Machine Learning for Stimulated Reservoir Volume (SRV) Prediction Using 4-D Micro-seismic Data

Abstract

New methodology of stable, high accuracy estimation and optimization of stimulated reservoir volume (SRV) forecast is presented in this paper. It includes time-related data segmentation, new multilevel feature engineering, analysis of associations and importance of engineered variables. Among first-level feature engineered variables are three quantile-type variables qRangeDepth, qRangeNorth, and qRangeEast. hese three quantile-type variables are used for SRV estimation. In addition to quantile-type variables, two first level variables -trange and event minute are constructed as the first -level variables. These two variables give compact characterization of distribution of microseismic events in time and are used as predictor variables in ML SRV forecast. Second and third level engineered variables are built via transformation of variables of the first level. Although in this paper we focus on the SRV forecast, the same ideas are applicable to the characterization and forecasting of the plume volume in carbon storage and monitoring applications.
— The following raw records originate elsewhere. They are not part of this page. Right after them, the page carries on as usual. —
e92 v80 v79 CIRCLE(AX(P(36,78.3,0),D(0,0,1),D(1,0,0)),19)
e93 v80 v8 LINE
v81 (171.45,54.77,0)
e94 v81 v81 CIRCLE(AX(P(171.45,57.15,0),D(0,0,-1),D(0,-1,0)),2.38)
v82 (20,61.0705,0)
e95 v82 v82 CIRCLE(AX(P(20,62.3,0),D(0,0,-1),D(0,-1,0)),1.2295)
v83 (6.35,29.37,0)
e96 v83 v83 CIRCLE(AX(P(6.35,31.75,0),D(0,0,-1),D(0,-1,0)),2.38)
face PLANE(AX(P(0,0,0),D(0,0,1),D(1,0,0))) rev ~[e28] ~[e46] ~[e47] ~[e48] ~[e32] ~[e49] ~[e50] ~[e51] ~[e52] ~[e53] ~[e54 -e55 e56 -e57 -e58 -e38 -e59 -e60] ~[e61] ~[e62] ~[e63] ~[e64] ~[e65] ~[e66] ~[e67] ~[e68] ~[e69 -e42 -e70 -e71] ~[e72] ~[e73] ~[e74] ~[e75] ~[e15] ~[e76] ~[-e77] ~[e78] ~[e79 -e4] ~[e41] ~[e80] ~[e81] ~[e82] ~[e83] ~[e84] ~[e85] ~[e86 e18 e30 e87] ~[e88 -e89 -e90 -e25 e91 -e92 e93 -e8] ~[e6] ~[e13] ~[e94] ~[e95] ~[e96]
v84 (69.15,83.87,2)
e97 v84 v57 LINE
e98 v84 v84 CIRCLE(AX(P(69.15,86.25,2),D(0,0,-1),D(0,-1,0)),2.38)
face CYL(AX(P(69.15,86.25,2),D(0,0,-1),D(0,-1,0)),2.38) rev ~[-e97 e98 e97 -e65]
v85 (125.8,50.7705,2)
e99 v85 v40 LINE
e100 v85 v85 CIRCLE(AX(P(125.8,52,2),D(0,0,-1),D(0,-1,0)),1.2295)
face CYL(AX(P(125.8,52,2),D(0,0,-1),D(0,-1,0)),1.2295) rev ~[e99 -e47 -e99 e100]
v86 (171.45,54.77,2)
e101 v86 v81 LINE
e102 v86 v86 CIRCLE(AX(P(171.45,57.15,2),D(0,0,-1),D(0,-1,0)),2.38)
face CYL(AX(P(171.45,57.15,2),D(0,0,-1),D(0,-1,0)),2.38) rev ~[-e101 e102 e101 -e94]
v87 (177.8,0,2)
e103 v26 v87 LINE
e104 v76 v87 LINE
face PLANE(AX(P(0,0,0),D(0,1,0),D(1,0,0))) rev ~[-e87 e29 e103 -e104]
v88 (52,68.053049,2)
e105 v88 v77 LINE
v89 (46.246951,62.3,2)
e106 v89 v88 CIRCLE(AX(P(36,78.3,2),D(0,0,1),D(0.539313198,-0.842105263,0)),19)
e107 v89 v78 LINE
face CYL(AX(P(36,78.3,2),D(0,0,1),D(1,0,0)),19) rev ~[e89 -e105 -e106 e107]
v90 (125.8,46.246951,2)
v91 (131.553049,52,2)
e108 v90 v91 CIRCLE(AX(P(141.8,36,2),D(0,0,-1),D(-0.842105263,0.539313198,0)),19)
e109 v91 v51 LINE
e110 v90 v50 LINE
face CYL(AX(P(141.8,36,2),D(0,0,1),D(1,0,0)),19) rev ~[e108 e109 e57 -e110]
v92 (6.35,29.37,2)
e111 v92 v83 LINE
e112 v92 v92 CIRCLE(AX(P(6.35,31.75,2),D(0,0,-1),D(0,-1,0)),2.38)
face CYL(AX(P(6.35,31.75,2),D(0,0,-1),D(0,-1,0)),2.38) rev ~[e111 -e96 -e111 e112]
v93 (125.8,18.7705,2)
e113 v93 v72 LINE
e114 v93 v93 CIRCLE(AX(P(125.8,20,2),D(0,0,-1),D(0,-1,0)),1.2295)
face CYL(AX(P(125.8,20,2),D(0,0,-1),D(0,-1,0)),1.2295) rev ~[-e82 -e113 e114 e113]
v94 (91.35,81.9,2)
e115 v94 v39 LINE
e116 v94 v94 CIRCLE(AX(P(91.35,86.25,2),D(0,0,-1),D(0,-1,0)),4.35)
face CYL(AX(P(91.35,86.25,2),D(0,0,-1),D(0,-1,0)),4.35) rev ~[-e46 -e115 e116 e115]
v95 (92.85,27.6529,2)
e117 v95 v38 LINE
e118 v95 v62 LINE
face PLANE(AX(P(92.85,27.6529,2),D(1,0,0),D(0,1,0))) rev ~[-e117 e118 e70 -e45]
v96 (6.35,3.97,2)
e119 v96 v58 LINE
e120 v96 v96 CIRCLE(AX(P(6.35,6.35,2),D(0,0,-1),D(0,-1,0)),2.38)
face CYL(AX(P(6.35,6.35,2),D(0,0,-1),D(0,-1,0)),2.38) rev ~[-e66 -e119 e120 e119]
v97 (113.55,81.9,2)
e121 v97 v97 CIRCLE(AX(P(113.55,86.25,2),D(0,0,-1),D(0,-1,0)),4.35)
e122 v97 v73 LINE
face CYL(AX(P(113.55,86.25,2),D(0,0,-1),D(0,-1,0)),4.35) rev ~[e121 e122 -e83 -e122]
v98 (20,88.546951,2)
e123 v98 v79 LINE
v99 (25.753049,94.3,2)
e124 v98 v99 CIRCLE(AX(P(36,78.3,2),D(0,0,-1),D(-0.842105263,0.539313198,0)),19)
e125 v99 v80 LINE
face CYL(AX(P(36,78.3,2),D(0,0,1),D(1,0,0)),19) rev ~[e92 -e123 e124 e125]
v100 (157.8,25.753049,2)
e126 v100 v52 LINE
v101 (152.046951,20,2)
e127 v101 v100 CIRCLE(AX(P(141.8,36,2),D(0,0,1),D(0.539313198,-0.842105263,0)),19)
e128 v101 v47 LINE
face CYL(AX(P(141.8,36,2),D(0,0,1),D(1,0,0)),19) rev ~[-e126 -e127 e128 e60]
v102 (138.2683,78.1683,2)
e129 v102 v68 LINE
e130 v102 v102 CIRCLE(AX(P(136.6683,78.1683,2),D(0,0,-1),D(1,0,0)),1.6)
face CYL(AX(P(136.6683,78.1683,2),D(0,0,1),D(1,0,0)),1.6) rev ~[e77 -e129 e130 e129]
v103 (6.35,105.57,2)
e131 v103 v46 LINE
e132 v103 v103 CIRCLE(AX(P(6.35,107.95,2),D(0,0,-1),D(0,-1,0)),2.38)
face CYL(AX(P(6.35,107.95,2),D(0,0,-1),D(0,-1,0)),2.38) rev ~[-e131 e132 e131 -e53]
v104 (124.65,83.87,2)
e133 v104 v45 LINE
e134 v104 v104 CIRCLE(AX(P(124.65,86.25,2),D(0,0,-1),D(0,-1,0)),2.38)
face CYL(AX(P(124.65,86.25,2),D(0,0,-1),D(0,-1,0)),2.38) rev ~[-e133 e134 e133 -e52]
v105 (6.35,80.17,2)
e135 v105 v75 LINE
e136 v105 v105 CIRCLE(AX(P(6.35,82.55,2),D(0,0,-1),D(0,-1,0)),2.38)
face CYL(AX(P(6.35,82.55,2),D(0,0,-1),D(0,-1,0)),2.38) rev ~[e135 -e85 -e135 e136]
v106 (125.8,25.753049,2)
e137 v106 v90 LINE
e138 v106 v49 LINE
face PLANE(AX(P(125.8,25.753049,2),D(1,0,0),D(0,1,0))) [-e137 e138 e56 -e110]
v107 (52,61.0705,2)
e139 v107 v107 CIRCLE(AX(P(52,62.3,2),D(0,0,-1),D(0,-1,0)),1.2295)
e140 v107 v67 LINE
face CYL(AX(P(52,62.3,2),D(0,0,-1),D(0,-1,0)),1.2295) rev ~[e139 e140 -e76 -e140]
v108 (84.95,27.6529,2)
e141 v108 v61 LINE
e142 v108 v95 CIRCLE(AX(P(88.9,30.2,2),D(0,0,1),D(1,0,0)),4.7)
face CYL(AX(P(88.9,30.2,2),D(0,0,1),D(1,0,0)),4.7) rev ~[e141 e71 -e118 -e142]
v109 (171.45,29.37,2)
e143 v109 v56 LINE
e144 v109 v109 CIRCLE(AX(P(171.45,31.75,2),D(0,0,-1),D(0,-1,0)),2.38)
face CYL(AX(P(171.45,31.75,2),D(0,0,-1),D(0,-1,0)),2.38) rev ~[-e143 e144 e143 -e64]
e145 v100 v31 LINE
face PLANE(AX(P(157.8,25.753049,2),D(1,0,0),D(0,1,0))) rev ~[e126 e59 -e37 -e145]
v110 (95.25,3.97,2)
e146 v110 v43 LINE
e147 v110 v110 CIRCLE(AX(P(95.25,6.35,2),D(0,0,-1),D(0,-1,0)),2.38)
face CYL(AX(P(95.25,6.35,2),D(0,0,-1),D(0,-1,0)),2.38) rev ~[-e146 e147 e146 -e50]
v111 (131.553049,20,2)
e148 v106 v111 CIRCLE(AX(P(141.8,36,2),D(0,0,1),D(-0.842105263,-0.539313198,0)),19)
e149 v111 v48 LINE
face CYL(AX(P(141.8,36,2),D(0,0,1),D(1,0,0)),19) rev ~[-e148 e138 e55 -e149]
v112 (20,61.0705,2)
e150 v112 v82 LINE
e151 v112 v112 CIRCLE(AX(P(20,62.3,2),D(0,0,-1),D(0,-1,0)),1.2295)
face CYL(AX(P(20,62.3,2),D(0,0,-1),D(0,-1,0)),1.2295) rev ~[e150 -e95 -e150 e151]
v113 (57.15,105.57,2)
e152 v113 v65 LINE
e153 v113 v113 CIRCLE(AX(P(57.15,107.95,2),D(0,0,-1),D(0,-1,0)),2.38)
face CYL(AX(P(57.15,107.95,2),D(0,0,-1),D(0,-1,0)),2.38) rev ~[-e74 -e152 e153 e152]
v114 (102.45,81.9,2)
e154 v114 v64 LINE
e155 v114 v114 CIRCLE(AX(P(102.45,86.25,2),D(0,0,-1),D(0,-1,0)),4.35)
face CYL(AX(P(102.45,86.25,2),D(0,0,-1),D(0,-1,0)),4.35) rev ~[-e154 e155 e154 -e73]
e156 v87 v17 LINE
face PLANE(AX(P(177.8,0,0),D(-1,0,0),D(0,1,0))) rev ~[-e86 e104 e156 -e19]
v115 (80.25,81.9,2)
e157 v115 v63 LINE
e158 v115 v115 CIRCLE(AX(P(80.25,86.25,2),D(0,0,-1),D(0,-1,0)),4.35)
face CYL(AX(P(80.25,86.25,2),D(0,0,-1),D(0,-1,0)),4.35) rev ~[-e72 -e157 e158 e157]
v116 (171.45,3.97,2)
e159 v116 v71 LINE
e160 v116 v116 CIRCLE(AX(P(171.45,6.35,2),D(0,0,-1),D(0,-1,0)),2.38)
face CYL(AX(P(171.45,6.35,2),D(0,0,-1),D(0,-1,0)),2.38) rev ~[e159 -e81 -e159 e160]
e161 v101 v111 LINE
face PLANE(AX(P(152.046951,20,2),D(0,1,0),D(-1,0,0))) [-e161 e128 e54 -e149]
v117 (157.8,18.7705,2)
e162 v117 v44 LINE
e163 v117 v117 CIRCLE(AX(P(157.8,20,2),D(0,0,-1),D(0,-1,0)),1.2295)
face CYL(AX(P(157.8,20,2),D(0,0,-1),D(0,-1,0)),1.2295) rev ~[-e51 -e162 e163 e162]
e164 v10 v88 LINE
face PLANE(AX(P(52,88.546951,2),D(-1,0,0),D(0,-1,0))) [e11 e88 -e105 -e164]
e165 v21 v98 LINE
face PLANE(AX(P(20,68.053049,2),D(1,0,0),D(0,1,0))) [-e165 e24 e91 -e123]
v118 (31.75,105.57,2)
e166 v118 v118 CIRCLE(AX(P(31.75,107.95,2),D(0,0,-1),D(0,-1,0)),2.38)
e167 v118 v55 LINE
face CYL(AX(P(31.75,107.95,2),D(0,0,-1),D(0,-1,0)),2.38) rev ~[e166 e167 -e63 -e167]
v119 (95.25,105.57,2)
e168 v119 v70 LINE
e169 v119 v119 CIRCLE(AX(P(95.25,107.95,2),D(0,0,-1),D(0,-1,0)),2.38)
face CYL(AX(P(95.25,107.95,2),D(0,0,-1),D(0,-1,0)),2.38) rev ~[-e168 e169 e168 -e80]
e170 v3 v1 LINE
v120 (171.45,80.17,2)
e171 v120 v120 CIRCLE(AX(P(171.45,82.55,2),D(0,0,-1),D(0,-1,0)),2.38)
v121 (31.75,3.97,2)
A linear regression method and two ML methods - random forest, and regression tree are used for the SRV forecast. It is demonstrated that in the case of selection of appropriate set of first and second level predictor variables even simplistic linear regression may produce accurate SRV forecasts. Still, machine learning methods produce more accurate forecasts characterized by high values of accuracy parameters r.squared and correlation between SRV and its forecast values. Our results can have a significant impact on the proper design of a hydraulic fracturing operation. It can also be used for monitoring CO2 plume in carbon sequestration sites.